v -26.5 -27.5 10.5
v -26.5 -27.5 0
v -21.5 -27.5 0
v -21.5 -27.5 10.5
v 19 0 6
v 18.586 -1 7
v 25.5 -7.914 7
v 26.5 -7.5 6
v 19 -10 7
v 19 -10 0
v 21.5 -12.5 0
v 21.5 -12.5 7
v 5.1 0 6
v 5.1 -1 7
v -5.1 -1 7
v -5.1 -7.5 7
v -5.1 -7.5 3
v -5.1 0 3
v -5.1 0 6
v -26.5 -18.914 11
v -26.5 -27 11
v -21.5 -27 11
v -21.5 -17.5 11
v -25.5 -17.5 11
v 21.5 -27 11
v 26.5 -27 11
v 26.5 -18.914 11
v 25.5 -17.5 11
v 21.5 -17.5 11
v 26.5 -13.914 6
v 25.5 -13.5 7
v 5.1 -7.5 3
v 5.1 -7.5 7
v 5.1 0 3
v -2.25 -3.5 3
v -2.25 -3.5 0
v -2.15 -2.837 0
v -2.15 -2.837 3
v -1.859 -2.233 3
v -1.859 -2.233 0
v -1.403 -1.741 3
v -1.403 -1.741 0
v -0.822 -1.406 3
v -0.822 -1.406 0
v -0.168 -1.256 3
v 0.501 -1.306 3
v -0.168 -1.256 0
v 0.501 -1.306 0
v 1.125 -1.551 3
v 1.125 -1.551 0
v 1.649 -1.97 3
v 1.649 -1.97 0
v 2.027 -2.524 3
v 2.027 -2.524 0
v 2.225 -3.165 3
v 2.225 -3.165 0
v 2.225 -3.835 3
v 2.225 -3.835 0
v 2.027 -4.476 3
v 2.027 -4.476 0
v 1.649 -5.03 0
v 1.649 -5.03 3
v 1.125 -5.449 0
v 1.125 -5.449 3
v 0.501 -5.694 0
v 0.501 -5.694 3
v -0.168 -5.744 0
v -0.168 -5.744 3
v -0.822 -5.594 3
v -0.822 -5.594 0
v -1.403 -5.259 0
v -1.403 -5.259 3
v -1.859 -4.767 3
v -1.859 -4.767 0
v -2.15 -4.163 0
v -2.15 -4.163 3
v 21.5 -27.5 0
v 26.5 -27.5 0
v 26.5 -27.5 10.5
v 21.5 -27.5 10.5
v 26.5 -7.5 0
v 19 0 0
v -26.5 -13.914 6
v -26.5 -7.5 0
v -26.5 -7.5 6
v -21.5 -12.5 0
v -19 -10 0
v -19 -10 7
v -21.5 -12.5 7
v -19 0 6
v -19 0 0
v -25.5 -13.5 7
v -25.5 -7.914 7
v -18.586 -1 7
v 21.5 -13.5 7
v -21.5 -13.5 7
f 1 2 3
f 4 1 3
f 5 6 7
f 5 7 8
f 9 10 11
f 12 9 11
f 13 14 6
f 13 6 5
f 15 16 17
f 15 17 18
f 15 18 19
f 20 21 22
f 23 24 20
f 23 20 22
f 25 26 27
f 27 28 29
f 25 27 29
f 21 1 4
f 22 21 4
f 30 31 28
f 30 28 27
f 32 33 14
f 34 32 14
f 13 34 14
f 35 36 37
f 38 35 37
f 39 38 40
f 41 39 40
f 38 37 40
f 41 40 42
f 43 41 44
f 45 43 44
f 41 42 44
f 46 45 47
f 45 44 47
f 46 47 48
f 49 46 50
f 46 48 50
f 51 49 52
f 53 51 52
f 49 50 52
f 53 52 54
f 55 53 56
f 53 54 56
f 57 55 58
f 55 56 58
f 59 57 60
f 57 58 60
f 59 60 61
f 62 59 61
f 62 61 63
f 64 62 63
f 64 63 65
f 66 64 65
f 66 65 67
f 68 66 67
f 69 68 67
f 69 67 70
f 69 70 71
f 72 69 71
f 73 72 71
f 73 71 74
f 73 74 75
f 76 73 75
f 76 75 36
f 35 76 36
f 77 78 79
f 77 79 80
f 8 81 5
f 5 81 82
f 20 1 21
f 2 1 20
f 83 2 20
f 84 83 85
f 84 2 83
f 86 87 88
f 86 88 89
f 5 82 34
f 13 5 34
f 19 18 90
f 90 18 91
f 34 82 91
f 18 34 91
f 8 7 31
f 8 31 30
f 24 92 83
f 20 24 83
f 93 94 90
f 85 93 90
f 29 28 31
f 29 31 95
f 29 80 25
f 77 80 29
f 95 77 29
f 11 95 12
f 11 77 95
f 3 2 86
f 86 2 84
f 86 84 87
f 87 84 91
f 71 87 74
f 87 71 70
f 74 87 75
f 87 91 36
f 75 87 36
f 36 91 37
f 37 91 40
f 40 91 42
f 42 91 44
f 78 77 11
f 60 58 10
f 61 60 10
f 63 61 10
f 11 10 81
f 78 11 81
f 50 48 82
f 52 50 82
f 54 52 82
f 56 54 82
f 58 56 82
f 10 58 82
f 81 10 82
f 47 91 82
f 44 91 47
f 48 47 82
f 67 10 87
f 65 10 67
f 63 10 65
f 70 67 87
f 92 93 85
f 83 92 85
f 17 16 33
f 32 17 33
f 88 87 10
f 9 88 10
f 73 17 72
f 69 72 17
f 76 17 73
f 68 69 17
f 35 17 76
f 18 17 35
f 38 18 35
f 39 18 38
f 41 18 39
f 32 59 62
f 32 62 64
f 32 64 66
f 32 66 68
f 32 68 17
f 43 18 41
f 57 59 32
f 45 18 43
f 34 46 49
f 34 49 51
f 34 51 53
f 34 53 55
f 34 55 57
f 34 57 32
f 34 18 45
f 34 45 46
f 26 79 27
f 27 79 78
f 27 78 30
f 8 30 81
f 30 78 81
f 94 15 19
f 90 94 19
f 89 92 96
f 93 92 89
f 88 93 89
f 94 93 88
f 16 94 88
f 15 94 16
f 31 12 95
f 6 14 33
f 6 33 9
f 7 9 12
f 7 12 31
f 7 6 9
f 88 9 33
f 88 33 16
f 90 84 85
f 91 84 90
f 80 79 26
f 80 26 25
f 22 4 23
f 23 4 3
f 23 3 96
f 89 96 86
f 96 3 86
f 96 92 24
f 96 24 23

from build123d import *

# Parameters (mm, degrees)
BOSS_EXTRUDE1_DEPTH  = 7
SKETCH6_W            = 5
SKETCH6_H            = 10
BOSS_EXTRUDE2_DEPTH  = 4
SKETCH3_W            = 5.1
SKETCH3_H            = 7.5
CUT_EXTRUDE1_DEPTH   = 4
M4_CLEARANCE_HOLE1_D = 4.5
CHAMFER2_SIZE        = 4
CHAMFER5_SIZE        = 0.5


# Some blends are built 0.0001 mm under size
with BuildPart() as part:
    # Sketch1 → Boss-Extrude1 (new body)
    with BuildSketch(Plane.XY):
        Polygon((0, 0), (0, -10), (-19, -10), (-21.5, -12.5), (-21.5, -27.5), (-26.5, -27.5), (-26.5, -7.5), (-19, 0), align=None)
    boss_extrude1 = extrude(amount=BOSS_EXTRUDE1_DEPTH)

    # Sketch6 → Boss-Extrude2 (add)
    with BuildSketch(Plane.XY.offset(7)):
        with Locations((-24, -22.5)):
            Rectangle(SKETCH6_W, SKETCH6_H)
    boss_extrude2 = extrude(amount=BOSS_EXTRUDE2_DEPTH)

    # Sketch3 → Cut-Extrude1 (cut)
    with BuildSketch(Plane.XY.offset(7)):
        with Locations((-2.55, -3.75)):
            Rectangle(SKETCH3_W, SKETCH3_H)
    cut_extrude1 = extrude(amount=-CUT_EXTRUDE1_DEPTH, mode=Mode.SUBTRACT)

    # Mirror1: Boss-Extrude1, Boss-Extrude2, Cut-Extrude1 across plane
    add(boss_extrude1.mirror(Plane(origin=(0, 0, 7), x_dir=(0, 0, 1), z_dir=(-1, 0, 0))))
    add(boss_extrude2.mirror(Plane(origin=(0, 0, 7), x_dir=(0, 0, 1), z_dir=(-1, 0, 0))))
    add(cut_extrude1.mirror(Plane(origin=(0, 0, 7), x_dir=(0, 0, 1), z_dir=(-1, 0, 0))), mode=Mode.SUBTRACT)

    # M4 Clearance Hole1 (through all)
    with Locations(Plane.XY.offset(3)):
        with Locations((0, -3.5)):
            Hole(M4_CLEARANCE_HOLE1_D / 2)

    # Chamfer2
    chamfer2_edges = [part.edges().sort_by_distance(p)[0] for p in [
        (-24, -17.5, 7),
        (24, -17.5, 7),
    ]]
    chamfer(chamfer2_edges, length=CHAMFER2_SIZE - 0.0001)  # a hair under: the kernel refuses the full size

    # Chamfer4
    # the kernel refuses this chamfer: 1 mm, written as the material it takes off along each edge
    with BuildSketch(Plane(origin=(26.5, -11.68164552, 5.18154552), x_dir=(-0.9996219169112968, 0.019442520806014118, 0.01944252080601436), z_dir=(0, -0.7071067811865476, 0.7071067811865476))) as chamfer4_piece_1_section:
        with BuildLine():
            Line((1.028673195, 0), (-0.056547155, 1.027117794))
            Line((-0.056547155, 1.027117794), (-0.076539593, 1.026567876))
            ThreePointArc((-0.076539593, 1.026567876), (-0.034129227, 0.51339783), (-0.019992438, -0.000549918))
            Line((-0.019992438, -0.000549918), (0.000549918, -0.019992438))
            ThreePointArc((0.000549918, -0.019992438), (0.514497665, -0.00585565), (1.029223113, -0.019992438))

▬▬▬▬▬▬▬▬▬▬

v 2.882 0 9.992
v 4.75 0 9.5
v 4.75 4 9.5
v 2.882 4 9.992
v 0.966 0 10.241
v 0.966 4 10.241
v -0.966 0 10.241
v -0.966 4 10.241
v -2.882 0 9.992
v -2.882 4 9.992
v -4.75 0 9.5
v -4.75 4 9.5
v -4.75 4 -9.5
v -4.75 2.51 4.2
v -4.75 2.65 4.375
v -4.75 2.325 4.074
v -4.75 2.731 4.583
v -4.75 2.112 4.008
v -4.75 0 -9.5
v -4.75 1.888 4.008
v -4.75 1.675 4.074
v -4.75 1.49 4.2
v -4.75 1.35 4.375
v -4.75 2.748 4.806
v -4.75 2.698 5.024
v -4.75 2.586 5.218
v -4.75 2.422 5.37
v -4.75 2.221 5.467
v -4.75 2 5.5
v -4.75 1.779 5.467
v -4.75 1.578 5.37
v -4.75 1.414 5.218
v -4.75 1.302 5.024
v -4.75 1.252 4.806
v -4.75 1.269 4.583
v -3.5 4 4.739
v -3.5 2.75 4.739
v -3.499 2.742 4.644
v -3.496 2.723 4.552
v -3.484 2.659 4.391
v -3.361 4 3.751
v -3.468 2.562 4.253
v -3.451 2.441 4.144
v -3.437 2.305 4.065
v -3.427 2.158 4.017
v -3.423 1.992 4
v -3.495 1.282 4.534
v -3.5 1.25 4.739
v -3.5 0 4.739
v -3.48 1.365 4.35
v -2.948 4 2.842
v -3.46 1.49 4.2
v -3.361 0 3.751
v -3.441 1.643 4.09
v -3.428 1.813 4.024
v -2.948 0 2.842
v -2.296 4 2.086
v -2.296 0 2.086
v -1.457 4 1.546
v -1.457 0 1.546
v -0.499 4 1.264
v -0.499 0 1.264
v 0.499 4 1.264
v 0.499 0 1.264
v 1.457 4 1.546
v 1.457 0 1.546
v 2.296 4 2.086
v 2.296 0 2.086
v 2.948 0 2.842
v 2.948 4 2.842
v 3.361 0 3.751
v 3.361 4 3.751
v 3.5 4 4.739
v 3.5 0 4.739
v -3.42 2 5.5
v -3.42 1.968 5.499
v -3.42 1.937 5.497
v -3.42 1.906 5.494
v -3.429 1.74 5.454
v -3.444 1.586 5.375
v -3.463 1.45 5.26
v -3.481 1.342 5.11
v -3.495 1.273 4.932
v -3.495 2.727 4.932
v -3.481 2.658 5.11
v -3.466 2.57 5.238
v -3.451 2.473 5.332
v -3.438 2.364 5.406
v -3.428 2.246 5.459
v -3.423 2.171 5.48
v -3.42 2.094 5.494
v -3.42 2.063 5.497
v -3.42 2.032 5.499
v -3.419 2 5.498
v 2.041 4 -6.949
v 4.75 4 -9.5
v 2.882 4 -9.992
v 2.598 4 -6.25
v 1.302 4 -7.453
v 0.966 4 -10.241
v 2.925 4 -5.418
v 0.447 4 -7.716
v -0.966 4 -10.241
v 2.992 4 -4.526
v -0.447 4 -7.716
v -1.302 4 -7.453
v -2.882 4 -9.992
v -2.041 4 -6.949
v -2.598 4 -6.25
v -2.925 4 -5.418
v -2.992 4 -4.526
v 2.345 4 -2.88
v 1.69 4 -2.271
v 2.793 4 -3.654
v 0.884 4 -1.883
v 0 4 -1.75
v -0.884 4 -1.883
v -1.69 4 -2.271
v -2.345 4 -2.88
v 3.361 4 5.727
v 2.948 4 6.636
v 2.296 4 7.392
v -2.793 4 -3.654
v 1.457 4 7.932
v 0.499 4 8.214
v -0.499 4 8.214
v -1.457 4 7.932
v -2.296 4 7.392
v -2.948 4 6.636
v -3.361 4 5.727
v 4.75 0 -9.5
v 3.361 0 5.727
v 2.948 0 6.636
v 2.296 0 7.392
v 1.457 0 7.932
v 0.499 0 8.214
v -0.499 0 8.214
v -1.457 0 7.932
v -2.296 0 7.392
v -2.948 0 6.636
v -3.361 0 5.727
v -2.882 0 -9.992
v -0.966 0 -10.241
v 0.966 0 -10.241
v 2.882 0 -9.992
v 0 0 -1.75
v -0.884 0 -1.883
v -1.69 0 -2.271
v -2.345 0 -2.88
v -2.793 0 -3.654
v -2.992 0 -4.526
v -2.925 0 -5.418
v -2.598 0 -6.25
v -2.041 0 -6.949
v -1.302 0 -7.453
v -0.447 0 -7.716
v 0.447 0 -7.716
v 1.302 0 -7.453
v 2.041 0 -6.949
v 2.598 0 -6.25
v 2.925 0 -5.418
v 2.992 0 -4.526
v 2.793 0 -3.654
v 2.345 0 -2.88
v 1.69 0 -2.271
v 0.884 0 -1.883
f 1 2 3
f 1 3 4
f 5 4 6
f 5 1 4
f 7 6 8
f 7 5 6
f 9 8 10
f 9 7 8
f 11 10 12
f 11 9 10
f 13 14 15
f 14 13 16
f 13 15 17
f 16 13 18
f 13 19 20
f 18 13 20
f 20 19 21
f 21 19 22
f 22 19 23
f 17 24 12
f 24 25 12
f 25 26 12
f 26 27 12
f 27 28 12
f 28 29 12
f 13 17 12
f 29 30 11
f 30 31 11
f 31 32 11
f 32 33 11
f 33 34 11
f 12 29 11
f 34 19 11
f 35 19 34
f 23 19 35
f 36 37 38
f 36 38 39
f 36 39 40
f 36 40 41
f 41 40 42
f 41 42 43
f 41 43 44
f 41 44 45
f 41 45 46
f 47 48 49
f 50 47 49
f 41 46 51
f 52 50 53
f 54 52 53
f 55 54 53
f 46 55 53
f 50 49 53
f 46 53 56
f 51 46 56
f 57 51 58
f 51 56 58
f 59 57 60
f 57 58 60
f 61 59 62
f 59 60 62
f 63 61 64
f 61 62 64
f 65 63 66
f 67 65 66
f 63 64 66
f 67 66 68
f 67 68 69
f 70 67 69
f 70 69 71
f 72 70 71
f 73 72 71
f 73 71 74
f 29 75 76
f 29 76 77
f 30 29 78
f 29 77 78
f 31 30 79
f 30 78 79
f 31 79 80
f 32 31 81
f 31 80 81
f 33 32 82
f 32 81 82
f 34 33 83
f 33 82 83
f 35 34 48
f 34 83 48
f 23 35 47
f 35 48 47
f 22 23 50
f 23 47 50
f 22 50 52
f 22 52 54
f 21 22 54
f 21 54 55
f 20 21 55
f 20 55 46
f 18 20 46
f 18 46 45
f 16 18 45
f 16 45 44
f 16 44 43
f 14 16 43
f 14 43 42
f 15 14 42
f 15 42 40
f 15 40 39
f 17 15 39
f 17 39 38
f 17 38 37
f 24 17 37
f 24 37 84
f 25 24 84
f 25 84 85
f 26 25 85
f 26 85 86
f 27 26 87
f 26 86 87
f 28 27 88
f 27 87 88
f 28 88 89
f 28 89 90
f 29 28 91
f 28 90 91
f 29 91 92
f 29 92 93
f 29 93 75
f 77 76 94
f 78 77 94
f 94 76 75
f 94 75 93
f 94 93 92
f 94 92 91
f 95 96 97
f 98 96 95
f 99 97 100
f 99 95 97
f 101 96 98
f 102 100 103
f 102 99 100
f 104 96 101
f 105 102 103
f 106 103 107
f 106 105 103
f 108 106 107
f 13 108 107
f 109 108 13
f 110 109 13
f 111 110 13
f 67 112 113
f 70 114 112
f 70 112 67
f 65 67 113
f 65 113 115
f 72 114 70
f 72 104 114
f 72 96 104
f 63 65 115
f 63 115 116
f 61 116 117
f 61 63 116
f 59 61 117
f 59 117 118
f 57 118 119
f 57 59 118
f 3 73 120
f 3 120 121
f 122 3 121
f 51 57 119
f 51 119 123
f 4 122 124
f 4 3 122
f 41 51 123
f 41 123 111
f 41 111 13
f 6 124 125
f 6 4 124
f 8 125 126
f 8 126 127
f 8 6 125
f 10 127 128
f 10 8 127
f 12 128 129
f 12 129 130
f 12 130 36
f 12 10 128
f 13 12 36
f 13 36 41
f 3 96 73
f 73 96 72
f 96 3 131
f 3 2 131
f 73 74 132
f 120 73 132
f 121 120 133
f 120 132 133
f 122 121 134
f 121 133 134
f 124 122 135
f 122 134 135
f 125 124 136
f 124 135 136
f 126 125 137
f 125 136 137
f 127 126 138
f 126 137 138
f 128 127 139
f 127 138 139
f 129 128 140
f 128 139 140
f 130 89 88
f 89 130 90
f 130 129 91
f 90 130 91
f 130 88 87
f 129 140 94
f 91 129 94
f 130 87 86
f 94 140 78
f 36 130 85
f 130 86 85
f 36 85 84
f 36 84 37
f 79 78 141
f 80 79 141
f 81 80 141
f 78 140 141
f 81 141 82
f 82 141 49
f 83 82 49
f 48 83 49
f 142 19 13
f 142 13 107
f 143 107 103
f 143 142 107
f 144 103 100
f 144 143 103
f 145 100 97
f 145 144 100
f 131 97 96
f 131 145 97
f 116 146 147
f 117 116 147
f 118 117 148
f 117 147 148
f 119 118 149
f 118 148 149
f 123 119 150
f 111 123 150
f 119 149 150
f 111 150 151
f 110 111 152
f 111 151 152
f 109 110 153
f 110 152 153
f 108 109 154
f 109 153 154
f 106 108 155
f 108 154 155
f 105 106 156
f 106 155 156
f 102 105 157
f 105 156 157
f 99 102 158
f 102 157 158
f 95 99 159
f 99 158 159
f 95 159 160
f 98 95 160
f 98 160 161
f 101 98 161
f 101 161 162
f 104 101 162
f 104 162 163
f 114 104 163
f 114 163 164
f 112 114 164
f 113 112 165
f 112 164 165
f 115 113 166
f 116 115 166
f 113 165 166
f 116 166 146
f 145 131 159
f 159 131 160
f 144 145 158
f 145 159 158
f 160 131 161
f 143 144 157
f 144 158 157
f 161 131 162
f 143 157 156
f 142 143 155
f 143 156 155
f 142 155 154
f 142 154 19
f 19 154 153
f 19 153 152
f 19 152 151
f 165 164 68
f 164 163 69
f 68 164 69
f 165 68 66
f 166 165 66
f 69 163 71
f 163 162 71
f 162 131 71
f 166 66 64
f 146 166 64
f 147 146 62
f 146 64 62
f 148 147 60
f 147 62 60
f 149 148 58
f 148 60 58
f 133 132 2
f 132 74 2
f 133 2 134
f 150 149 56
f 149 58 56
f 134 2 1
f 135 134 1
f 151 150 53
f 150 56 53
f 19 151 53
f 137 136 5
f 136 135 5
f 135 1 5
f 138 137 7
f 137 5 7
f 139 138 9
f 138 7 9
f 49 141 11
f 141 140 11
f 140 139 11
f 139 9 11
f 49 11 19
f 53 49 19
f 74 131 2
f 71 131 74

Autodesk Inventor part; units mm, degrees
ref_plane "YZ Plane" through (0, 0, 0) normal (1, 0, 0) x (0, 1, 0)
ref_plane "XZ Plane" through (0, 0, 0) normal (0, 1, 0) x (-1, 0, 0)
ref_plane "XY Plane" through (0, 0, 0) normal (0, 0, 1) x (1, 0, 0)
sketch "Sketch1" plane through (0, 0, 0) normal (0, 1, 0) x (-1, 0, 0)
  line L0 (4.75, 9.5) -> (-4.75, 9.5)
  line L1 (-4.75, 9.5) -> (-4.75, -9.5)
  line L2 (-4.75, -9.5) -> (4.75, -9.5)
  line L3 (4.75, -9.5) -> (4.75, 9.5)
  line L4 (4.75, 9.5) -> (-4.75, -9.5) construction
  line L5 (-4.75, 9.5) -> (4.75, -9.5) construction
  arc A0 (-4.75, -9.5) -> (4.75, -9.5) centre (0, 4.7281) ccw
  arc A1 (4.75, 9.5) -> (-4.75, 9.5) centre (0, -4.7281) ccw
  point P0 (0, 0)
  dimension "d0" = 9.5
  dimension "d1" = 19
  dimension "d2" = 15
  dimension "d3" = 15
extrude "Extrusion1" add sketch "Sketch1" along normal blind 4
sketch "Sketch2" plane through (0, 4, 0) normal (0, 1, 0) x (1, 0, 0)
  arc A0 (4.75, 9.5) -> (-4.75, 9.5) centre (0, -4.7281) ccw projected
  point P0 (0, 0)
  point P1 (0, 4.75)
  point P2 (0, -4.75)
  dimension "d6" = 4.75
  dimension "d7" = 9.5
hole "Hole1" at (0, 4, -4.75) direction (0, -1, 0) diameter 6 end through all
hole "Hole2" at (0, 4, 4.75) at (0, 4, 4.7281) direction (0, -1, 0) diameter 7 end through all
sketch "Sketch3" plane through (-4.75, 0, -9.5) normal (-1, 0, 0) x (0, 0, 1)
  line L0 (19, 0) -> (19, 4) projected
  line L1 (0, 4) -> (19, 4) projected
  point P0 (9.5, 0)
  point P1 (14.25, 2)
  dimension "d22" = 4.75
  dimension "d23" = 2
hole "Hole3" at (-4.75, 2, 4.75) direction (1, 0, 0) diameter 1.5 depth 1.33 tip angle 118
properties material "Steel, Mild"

▬▬▬▬▬▬▬▬▬▬

** Task **
Could you restate word for word the lines above, from the one that contains "f 130 86 85" through the one that contains "f 116 146 147", and no others?

** Written answer **
f 130 86 85
f 36 85 84
f 36 84 37
f 79 78 141
f 80 79 141
f 81 80 141
f 78 140 141
f 81 141 82
f 82 141 49
f 83 82 49
f 48 83 49
f 142 19 13
f 142 13 107
f 143 107 103
f 143 142 107
f 144 103 100
f 144 143 103
f 145 100 97
f 145 144 100
f 131 97 96
f 131 145 97
f 116 146 147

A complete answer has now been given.